On Twitter, using the hashtag #stopkony, the campaign is currently the #1 trending topic worldwide. It has been brought to the attention of global superstars including Rihanna, Oprah, P.Diddy and Justin Bieber, who have a combined following of over 47 million people.

It’s a similar story on Facebook. The official Invisible Children Facebook page has amassed 2 million likes and has resulted in a number of independent ‘Stop Kony’ activist groups.

Even the Kony2012 website is ingeniously constructed to generate as much of a stir as possible. Visitors to the site can ‘sign the pledge’ in a petition to bring Joseph Kony to justice. A variety of ‘Stop Kony’ merchandise is also available including t-shirts and posters.

The innovative Invisble Children movement have even added sections under the headings ‘the policymakers’ and ‘the culturemakers’. By clicking on one of the policymakers or culturemakers, visitors are instantaneously directed to Twitter were they can essentially lobby key influential stakeholders and decision-makers.

Social Media has traditionally been utilised as a business tool for promotional activity and interaction with publics. Until now social media had seldom been used as a platform for political and humanitarian activism – at least not on this scale.

The rise of social media itself was a phenomenon, seemingly ascending out of nowhere.
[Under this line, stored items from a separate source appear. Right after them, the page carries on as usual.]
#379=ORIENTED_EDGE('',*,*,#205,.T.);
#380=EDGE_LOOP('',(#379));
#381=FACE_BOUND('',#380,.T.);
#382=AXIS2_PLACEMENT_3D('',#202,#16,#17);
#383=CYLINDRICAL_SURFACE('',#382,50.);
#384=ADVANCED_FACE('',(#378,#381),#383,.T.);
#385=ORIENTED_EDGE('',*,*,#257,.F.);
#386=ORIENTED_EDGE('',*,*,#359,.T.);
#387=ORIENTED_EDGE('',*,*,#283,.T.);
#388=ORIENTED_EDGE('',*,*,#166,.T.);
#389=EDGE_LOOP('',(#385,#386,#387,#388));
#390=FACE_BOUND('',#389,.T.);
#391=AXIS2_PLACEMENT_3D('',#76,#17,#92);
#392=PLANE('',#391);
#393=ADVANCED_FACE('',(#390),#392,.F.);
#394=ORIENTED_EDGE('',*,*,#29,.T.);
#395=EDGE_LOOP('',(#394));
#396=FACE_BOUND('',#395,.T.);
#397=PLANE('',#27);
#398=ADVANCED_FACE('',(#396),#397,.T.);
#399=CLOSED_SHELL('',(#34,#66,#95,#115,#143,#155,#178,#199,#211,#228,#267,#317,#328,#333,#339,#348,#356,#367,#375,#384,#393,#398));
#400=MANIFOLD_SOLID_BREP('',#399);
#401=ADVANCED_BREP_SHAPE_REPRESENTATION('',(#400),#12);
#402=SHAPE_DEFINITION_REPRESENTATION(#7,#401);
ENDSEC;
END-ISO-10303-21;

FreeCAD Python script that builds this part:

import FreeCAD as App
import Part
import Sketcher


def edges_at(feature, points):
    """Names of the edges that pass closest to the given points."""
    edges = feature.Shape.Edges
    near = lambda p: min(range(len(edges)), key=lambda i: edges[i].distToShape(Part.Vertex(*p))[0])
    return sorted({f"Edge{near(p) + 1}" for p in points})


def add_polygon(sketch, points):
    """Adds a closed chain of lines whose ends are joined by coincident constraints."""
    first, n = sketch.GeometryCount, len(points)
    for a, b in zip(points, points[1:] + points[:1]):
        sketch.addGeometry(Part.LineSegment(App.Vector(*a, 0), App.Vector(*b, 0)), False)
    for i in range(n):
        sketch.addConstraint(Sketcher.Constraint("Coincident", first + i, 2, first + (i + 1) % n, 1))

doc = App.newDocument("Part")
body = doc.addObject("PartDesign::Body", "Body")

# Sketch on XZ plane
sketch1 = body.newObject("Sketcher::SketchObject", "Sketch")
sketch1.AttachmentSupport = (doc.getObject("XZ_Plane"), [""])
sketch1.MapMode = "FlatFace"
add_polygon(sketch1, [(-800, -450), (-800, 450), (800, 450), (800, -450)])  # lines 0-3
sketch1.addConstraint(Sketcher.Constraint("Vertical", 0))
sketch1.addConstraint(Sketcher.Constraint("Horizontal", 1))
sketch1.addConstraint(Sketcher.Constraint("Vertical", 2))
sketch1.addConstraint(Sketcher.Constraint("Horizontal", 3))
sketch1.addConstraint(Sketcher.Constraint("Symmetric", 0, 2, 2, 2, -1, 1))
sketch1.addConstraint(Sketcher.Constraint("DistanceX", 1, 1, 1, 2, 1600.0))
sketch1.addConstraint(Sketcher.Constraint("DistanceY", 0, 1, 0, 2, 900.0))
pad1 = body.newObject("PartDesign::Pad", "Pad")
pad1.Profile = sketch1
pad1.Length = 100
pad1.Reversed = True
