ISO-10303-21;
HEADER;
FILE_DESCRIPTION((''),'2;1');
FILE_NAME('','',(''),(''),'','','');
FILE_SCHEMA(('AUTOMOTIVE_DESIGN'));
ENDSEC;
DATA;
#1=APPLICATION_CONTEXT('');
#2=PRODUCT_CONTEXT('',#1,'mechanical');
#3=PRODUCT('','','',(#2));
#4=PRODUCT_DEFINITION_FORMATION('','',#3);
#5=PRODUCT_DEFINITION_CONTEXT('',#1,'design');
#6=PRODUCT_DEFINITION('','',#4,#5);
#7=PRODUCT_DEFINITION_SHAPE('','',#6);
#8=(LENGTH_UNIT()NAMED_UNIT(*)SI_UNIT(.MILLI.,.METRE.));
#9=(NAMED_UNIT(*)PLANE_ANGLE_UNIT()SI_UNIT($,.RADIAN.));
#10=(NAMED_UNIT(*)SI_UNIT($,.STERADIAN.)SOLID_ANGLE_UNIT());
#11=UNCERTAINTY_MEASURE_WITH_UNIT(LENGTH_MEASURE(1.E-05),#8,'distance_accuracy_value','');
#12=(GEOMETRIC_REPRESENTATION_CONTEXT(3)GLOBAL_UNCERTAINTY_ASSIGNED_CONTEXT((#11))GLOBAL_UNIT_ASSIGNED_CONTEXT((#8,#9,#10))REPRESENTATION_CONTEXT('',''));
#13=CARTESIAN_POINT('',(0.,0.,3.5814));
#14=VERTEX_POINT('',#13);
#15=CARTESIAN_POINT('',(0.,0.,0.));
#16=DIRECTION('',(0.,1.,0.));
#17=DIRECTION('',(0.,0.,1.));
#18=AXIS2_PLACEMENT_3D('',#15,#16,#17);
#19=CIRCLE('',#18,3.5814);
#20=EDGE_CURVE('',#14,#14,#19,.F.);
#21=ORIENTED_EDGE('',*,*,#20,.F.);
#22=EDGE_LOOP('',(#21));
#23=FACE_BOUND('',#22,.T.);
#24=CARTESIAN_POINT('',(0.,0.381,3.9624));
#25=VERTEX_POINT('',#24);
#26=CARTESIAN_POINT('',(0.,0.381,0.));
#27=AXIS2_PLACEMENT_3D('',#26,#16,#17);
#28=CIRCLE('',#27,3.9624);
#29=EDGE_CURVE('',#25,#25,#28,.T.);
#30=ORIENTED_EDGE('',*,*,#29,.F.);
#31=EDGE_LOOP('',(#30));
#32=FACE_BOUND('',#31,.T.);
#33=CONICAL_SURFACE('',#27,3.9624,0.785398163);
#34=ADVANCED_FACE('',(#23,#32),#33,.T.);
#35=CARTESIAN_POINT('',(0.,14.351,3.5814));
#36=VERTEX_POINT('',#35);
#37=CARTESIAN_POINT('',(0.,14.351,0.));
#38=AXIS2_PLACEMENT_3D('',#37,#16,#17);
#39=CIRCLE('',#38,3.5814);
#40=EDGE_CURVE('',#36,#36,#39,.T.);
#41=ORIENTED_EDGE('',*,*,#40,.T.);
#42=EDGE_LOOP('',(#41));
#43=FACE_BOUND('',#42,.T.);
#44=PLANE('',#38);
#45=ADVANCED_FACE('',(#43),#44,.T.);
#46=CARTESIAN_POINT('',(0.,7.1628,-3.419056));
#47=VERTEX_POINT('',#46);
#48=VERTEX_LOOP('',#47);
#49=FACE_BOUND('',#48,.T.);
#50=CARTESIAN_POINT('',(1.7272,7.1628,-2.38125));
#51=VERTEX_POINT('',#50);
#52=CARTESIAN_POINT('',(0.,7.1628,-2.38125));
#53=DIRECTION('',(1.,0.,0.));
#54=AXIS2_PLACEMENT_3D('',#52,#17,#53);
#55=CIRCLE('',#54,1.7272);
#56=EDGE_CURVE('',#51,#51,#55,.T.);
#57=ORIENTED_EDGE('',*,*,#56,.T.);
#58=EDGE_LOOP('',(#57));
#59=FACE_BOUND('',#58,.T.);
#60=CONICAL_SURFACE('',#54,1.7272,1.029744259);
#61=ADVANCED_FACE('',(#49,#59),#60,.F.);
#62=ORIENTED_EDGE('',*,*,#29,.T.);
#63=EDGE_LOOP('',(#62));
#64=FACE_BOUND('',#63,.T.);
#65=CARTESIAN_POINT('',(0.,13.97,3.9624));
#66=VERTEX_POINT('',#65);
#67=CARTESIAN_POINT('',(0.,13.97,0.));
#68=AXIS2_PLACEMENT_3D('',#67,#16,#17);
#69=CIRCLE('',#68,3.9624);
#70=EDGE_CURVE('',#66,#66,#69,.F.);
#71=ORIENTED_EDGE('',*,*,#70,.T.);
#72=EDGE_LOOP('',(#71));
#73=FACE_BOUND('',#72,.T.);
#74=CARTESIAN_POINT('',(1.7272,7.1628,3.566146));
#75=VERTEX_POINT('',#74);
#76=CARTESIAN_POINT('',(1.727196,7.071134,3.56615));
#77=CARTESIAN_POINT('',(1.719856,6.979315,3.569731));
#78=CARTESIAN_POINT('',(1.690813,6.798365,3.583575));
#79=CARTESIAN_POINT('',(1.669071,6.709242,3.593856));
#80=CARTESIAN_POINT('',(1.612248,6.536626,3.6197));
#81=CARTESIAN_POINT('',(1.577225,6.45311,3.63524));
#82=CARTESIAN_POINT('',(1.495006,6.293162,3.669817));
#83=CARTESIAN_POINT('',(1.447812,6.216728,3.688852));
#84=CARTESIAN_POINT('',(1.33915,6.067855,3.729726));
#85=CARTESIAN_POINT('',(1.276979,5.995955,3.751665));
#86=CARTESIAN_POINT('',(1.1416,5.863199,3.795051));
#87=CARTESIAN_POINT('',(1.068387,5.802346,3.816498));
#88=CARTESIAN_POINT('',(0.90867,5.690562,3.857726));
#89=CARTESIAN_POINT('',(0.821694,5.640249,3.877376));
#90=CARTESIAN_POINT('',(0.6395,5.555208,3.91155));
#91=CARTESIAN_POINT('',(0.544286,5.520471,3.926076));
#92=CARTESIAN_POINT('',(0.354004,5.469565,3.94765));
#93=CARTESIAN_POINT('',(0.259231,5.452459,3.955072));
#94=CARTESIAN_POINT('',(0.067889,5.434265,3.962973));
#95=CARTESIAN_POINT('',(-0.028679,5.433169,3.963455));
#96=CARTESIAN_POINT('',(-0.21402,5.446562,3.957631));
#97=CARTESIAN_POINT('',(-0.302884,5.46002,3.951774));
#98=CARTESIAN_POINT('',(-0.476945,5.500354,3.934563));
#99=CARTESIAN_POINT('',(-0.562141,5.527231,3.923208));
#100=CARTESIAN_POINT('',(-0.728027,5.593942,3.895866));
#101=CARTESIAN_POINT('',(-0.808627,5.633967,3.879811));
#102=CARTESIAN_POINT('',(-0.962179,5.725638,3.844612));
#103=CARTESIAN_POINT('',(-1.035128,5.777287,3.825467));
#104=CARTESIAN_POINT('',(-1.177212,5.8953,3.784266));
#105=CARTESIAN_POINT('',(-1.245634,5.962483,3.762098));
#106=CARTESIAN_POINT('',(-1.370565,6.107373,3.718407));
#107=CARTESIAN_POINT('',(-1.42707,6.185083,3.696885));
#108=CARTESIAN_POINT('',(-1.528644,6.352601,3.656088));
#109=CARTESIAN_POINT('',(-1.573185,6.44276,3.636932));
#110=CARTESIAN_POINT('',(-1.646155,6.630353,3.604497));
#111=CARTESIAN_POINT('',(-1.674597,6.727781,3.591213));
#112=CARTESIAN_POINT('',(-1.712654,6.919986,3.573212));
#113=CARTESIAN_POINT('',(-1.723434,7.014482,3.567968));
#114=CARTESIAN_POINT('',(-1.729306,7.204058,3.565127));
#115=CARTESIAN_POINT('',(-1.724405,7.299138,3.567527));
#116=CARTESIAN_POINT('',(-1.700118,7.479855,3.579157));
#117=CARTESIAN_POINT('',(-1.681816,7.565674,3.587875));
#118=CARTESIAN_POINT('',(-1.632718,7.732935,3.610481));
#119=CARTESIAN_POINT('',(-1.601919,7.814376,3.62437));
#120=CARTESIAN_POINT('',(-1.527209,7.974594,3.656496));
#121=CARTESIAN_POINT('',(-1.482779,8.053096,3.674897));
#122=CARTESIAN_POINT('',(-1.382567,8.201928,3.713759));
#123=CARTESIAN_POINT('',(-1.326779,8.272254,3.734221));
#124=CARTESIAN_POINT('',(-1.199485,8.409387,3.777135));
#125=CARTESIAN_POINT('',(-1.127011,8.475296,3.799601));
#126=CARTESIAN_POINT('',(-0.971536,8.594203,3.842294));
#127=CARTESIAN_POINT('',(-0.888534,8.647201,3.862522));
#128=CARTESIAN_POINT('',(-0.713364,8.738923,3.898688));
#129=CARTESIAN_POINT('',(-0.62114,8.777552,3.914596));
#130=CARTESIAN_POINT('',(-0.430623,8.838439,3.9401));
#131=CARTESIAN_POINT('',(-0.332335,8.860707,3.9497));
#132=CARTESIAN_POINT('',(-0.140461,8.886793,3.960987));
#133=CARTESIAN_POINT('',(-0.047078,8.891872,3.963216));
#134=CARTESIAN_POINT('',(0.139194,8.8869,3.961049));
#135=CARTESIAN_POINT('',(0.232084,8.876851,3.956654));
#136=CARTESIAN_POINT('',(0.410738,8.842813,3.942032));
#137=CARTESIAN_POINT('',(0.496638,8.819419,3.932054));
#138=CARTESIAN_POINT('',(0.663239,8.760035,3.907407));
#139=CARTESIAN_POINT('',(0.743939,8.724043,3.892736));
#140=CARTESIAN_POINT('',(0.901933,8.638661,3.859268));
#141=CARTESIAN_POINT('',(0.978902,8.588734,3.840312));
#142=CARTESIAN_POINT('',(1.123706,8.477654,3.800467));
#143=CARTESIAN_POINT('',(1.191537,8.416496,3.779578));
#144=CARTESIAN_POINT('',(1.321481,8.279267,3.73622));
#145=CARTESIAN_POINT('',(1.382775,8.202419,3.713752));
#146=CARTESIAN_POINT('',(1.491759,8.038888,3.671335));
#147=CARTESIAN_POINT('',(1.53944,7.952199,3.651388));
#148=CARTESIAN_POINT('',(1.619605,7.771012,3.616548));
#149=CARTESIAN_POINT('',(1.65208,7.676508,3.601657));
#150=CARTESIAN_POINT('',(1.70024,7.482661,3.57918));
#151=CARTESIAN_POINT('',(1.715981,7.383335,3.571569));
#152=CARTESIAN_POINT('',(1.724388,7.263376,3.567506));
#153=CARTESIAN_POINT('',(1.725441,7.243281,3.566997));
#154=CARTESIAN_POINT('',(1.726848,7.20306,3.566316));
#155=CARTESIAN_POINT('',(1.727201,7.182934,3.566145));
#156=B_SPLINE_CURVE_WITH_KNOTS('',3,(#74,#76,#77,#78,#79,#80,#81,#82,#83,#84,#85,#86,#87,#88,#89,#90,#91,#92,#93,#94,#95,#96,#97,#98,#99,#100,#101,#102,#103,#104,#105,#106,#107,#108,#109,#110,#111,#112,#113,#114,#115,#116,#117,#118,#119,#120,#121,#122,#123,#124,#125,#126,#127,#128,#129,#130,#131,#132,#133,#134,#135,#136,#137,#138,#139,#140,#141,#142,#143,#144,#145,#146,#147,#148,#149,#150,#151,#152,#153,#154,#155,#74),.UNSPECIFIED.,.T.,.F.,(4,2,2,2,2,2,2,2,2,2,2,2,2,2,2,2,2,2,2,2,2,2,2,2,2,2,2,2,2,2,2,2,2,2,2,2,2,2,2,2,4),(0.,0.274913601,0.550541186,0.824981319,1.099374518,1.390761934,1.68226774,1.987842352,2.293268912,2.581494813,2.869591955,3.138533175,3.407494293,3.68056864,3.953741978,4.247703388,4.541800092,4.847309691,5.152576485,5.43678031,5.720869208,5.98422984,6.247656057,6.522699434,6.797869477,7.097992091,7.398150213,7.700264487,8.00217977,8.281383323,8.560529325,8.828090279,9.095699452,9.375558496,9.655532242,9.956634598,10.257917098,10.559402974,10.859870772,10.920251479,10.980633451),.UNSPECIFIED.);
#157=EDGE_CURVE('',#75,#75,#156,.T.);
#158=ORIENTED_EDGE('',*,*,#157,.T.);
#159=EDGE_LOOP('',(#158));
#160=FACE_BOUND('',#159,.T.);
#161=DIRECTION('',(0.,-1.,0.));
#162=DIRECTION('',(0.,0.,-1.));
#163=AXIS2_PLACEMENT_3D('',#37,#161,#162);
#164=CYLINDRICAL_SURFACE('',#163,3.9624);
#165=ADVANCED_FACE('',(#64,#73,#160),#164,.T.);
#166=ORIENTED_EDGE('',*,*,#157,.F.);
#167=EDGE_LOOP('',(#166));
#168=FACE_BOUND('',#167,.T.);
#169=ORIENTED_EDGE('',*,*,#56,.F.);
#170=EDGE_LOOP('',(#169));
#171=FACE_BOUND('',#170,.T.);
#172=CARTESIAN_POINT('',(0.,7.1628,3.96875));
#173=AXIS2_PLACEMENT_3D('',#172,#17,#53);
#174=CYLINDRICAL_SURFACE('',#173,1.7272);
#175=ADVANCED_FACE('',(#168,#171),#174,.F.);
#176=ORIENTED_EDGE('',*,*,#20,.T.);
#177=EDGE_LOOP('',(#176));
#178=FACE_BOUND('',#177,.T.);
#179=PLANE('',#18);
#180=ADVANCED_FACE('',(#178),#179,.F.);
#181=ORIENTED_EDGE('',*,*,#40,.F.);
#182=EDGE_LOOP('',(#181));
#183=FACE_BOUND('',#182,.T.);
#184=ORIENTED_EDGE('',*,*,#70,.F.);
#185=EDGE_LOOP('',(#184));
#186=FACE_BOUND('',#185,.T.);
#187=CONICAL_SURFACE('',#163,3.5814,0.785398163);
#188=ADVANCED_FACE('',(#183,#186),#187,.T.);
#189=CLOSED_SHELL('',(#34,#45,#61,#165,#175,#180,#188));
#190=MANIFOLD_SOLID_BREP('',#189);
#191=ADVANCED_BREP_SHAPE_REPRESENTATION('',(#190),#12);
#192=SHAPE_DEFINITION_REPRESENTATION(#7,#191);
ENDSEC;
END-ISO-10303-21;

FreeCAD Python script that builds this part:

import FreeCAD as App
import Part
import Sketcher

V = App.Vector
Q = App.Units.Quantity


def edges_at(feature, points):
    """Names of the edges that pass closest to the given points."""
    edges = feature.Shape.Edges
    near = lambda p: min(range(len(edges)), key=lambda i: edges[i].distToShape(Part.Vertex(*p))[0])
    return sorted({f"Edge{near(p) + 1}" for p in points})

doc = App.newDocument("Part")
body = doc.addObject("PartDesign::Body", "Body")

# Sketch on XZ plane
sketch1 = doc.addObject("Sketcher::SketchObject", "Sketch")
body.addObject(sketch1)
sketch1.AttachmentSupport = (doc.XZ_Plane, [""])
sketch1.MapMode = "FlatFace"
sketch1.addGeometry(Part.Circle(V(0, 0, 0), V(0, 0, 1), 4), False)
sketch1.addConstraint([
    Sketcher.Constraint("Coincident", 0, 3, -1, 1),
    Sketcher.Constraint("Diameter", 0, Q("0.312 in")),
])
pad1 = doc.addObject("PartDesign::Pad", "Pad")
body.addObject(pad1)
pad1.Profile = sketch1
pad1.Length = Q("0.565 in")
pad1.Reversed = True
doc.recompute()

chamfer = doc.addObject("PartDesign::Chamfer", "Chamfer")
body.addObject(chamfer)
chamfer.Base = (pad1, edges_at(pad1, [(-3.962, 0, 0), (-3.962, 14.351, 0)]))
chamfer.Size = Q("0.015 in")

# Sketch on XY plane
sketch2 = doc.addObject("Sketcher::SketchObject", "Sketch001")
body.addObject(sketch2)
sketch2.AttachmentSupport = (doc.XY_Plane, [""])
sketch2.MapMode = "FlatFace"
sketch2.AttachmentOffset = App.Placement(V(0, 0, 0.15625 * 25.4), App.Rotation())
sketch2.addGeometry(Part.Circle(V(0, 7.2, 0), V(0, 0, 1), 1.7), False)
sketch2.addConstraint([
    Sketcher.Constraint("PointOnObject", 0, 3, -2),
    Sketcher.Constraint("Diameter", 0, Q("0.136 in")),
    Sketcher.Constraint("DistanceY", -1, 1, 0, 3, Q("0.282 in")),
])
doc.recompute()
hole = doc.addObject("PartDesign::Hole", "Hole")
body.addObject(hole)
hole.Profile = sketch2
hole.ThreadType = "None"
hole.Diameter = Q("0.136 in")
hole.DepthType = "Dimension"
hole.Depth = Q("0.25 in")
hole.DrillPoint = "Angled"
hole.DrillPointAngle = 118

doc.recompute()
Kony2012 is even more so a phenomenon, gathering pace at a rate that even the platforms it dominates could not emulate.

Kony2012 has already reached in excess of 100m people worldwide in a matter of days. In comparison to the social media channels it currently commands, it took Twitter 780 days and Facebook 852 days to reach the 10 million user mark.

But don’t be dazzled by the numbers, statistics and technicalities of this humane campaign. The beauty of Kony 2012 is that it has given a voice to people who, otherwise, wouldn’t have been heard. The majority of Ugandan, Sudanese and Congolese inhabitants have probably never even heard of social media but little do they know it may in fact become their saviour.

Joseph Kony – we know who you are. #StopKony.